Bo Kyi moved to Thailand after his release from prison in 1998 and founded the Assistance Association for Political Prisoners in Burma, an organization that provides humanitarian support to political prisoners and documents torture in Burma’s prisons.

“We want students from Harvard and other American universities to know that [pro-democracy] student leaders in Burma are in prison,” Bo Kyi said. “They need your help to freedom and a chance to study.”

Bo Kyi’s tour was coordinated by the United States Campaign for Burma (UCSB), a group that also pushed for the Burma Freedom Act of 2003. In February, Bo Kyi testified before Congress for the renewal of the act, which bans imports from Burma in order to discourage forced labor under the military junta.

“It’s an honor to have someone who’s shown such dedication to democracy and freedom,” said Amy K. Lehr, a student at the Law School who worked for an NGO in Burma. “I found it encouraging that he thinks there’s a lot of opportunities for change in Burma in the current generation.”

Speaking fluent English, Bo Kyi said he learned the language one sentence at a time from a fellow prisoner who was formerly a professor.

“I ate a lot of dictionaries in my prison times,” he joked.

“Bo Kyi’s trip is very significant in that it can ignite a new wave of student activism on Burma at Harvard,” Billenness said, according to Simon Billenness, treasurer of USCB.
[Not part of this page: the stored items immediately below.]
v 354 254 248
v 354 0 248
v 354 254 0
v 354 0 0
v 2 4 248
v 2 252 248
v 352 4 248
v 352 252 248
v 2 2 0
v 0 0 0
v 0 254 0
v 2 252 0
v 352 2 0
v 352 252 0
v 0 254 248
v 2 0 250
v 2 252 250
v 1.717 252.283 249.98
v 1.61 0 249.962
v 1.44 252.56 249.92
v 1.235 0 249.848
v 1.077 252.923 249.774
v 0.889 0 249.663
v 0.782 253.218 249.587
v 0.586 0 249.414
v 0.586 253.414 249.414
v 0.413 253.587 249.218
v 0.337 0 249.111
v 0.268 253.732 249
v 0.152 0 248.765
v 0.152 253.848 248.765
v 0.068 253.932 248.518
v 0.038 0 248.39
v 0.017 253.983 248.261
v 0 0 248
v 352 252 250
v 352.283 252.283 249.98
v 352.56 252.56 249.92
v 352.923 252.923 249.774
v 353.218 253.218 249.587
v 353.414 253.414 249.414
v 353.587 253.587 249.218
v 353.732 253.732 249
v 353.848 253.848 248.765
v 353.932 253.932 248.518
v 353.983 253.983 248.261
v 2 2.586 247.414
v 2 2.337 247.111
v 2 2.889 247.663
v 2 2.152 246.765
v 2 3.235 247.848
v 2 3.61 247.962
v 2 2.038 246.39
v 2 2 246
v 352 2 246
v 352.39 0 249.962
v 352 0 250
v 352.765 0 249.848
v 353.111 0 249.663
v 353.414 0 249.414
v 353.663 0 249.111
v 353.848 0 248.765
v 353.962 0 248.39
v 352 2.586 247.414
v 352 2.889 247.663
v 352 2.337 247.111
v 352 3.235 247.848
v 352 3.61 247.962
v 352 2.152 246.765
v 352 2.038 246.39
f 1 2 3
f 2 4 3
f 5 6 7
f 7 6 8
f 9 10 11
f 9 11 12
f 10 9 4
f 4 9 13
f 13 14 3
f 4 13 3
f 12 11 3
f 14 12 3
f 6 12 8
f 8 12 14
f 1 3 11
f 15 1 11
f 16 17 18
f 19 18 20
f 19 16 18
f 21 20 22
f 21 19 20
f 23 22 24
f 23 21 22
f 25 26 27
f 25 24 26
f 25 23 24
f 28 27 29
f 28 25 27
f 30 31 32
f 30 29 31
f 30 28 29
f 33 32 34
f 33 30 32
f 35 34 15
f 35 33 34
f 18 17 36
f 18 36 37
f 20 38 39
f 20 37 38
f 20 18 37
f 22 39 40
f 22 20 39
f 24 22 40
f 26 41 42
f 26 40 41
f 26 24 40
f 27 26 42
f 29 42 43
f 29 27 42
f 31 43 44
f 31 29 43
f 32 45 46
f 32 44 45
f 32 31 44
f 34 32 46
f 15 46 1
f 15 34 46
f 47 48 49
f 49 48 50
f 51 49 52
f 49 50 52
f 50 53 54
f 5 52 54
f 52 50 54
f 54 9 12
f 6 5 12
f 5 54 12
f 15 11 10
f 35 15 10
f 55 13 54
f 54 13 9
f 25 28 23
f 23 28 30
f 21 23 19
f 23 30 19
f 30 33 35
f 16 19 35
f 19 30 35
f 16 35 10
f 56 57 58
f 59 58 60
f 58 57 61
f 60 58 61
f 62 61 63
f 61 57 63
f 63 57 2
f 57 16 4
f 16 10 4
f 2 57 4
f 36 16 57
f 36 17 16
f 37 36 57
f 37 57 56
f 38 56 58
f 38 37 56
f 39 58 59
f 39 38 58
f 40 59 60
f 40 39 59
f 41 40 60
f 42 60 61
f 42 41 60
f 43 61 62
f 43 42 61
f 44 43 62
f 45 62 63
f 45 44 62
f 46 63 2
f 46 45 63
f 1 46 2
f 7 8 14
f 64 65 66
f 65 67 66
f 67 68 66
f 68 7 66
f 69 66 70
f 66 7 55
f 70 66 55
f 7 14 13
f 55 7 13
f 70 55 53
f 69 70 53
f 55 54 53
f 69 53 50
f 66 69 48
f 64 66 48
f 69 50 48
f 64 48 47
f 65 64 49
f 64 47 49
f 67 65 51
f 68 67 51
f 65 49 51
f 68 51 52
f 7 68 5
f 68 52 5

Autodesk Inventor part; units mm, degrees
ref_plane "YZ Plane" through (0, 0, 0) normal (1, 0, 0) x (0, 1, 0)
ref_plane "XZ Plane" through (0, 0, 0) normal (0, 1, 0) x (-1, 0, 0)
ref_plane "XY Plane" through (0, 0, 0) normal (0, 0, 1) x (1, 0, 0)
sketch "Esboço11" plane through (0, 0, 0) normal (0, 0, 1) x (1, 0, 0)
  line L0 (0, 0) -> (354, 0)
  line L1 (354, 0) -> (354, 254)
  line L2 (354, 254) -> (0, 254)
  line L3 (0, 254) -> (0, 0)
  line L4 (2, 252) -> (352, 252)
  line L5 (352, 252) -> (352, 2)
  line L6 (352, 2) -> (2, 2)
  line L7 (2, 2) -> (2, 252)
  dimension "d14" = 354
  dimension "d15" = 254
  dimension "d16" = 2
  dimension "d17" = 2
  dimension "d18" = 2
  dimension "d19" = 2
extrude "Extrusão3" add sketch "Esboço11" along normal blind 250
sketch "Esboço12" plane through (0, 0, 250) normal (0, 0, 1) x (1, 0, 0)
  line L0 (2, 2) -> (2, 252) projected
  line L1 (352, 2) -> (2, 2) projected
  line L2 (2, 252) -> (352, 252)
  line L3 (352, 252) -> (352, 2)
  line L4 (352, 2) -> (2, 2)
  line L5 (2, 2) -> (2, 252)
  point P0 (0, 0)
extrude "Extrusão4" add sketch "Esboço12" against normal blind 2
fillet "Arredondamento1" radius 2 4 edges at (177, 254, 250) (177, 2, 248) (354, 127, 250) (0, 127, 250)
properties part number "Caixa"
Harvard students have in the past been active in promoting democracy in Burma, according to Billenness. In 1996, Harvard students successfully persuaded the University Dining Services to grant their soft drink contract to Coke instead of Pepsi, in criticism of Pepsi’s business operations in Burma. Coke itself is now the target of student activists at Harvard who allege that the company violates the rights of workers in Colombia.